## ENTRIES SUPPLIED
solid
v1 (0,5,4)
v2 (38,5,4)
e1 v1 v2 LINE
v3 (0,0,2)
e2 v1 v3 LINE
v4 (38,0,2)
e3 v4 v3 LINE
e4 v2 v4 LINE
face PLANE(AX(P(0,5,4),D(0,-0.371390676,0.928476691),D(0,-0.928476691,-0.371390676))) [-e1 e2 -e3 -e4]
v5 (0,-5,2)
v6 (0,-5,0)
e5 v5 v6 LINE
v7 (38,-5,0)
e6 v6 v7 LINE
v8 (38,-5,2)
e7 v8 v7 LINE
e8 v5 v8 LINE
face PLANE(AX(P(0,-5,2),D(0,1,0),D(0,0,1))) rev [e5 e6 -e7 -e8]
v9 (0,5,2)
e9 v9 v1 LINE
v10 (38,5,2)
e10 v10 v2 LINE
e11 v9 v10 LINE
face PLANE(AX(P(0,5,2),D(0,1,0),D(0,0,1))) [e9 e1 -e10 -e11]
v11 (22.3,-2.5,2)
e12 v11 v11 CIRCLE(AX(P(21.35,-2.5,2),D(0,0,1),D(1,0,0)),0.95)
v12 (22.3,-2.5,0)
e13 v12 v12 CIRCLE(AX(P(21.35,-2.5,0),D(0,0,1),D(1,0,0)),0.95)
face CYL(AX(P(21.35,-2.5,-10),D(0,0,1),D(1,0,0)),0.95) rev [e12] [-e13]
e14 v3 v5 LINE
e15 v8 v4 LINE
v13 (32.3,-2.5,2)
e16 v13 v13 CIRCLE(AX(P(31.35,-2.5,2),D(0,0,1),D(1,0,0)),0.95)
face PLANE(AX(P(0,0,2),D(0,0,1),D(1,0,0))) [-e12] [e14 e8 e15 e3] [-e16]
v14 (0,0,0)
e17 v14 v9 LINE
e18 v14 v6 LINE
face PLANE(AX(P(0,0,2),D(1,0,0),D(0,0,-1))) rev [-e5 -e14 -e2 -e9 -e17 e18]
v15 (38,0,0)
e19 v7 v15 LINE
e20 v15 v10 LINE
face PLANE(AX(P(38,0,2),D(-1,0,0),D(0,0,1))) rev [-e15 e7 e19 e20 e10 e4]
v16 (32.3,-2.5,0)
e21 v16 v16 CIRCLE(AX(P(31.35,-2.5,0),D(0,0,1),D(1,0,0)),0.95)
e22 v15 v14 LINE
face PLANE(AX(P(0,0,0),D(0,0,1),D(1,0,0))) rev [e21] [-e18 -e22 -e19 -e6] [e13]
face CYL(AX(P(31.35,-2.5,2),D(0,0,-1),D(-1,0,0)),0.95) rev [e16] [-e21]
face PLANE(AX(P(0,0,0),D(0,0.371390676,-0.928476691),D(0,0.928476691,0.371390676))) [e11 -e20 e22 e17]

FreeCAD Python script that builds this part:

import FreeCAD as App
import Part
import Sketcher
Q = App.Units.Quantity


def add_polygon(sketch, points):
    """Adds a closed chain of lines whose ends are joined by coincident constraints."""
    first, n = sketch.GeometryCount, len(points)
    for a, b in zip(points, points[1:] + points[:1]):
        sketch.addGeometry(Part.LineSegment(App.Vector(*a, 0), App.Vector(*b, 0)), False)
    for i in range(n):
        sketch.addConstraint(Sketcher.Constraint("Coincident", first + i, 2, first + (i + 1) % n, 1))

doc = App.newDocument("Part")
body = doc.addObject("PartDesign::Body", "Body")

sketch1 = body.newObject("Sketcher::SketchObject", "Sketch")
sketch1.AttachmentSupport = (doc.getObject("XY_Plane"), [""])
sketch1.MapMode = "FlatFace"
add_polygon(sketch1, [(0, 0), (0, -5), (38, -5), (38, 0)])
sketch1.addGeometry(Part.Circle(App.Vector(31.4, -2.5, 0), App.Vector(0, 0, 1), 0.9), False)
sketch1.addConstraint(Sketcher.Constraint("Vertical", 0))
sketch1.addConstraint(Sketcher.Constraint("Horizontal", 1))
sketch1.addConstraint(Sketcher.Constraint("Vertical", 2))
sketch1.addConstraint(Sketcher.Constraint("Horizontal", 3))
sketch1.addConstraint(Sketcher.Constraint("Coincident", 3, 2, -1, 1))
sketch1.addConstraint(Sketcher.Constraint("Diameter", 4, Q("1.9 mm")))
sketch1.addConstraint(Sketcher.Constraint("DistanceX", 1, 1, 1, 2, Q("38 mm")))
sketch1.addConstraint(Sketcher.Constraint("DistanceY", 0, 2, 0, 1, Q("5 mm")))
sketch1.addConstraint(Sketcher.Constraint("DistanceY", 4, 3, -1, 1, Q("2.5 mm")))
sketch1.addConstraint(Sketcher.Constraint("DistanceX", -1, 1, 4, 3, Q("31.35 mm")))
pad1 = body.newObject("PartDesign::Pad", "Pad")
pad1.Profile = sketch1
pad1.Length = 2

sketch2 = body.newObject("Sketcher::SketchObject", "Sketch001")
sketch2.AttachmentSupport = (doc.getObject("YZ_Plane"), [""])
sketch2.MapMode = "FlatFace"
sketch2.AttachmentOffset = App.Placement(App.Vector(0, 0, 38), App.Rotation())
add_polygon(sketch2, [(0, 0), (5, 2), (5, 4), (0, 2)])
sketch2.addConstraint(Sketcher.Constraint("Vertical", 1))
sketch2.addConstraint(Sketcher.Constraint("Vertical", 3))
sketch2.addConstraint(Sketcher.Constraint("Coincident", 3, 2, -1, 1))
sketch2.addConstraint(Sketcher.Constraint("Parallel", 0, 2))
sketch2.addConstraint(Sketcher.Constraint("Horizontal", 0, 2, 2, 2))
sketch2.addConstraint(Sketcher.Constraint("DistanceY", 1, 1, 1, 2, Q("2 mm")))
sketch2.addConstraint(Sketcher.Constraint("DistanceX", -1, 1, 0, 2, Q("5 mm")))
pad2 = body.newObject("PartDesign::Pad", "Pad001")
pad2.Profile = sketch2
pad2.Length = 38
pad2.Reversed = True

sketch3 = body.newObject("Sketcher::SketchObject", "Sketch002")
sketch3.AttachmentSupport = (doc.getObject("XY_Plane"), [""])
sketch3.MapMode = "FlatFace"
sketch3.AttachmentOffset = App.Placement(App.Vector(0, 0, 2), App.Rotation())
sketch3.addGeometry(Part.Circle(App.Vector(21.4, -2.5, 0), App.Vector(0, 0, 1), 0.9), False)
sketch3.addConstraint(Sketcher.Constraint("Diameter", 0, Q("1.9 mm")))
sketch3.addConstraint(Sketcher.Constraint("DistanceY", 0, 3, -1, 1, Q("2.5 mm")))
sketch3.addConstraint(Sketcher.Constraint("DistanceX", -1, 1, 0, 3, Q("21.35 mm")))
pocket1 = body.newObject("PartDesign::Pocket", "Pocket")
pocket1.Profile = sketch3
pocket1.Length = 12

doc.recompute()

--

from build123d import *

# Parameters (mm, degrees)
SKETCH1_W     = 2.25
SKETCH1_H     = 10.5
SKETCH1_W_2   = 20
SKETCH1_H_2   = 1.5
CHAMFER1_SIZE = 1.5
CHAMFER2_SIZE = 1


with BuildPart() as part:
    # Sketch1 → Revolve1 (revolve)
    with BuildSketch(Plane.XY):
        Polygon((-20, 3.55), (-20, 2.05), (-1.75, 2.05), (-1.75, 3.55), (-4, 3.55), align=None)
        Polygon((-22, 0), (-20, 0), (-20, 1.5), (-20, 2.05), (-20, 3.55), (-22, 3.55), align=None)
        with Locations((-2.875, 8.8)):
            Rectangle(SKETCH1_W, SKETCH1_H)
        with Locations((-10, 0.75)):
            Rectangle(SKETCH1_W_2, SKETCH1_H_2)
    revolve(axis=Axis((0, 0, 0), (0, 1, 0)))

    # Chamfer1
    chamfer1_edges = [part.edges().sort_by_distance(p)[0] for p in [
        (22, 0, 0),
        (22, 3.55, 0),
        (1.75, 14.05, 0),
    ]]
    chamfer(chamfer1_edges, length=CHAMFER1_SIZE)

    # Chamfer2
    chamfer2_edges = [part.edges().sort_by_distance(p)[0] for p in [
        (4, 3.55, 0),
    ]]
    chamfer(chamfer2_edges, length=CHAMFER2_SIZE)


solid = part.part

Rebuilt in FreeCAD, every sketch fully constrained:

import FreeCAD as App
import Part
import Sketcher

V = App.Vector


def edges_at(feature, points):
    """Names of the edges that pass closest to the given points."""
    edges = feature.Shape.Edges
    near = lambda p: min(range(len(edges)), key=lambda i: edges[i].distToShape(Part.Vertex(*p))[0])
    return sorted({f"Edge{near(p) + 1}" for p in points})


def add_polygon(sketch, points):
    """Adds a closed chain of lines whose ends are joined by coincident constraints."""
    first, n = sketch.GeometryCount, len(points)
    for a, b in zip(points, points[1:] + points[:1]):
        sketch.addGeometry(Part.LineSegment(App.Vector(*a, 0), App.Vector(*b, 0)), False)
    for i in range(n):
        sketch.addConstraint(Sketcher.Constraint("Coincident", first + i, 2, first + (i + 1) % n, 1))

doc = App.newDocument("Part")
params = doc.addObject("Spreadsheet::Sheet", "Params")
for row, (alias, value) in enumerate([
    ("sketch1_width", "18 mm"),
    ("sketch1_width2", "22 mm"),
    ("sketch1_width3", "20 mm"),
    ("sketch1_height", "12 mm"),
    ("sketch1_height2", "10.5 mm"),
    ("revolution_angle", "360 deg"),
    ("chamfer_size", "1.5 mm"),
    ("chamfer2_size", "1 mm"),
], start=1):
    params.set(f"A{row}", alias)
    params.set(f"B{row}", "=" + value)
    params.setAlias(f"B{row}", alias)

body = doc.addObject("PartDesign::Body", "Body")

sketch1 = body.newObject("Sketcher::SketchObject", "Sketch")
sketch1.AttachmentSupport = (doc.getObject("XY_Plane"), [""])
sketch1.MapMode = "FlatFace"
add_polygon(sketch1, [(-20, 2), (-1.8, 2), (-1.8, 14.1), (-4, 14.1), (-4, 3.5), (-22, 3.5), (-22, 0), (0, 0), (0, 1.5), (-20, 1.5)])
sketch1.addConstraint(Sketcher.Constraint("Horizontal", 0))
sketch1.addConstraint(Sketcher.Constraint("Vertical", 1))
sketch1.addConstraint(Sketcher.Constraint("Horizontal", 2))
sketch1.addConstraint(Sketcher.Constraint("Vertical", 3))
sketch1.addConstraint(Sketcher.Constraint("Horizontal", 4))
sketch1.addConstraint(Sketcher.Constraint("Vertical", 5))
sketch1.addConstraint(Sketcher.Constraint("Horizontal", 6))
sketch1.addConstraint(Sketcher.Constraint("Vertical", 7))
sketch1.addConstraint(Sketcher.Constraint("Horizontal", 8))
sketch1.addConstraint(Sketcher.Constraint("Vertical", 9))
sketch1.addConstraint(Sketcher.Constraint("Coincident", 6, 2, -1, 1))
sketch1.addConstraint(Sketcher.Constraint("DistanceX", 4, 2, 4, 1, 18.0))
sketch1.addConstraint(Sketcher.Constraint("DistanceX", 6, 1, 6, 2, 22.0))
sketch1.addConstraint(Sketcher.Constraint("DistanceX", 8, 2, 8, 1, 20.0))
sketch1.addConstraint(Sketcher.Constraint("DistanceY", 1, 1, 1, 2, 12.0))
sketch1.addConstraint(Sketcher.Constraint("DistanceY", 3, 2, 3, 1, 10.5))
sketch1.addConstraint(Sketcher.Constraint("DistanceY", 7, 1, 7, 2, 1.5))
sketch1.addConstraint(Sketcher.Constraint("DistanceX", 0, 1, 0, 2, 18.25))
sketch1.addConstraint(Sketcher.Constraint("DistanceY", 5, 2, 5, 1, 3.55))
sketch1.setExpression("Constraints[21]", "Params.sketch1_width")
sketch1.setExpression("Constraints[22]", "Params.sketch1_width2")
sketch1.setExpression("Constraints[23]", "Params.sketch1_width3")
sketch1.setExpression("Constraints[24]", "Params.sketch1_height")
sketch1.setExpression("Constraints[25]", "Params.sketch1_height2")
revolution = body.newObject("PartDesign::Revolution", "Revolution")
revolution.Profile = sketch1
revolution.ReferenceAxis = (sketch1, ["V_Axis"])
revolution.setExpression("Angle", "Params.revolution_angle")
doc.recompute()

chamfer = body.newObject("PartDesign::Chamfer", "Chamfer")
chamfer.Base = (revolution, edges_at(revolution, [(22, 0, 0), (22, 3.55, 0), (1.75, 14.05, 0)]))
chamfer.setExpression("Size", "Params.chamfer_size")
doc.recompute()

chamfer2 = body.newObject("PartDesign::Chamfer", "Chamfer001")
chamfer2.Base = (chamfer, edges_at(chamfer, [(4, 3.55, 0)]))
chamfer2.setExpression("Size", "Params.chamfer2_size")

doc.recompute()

## EXERCISE PROMPT
The answer must consist of every line from the records above that holds "Locations".

## WRITTEN SOLUTION
        with Locations((-2.875, 8.8)):
        with Locations((-10, 0.75)):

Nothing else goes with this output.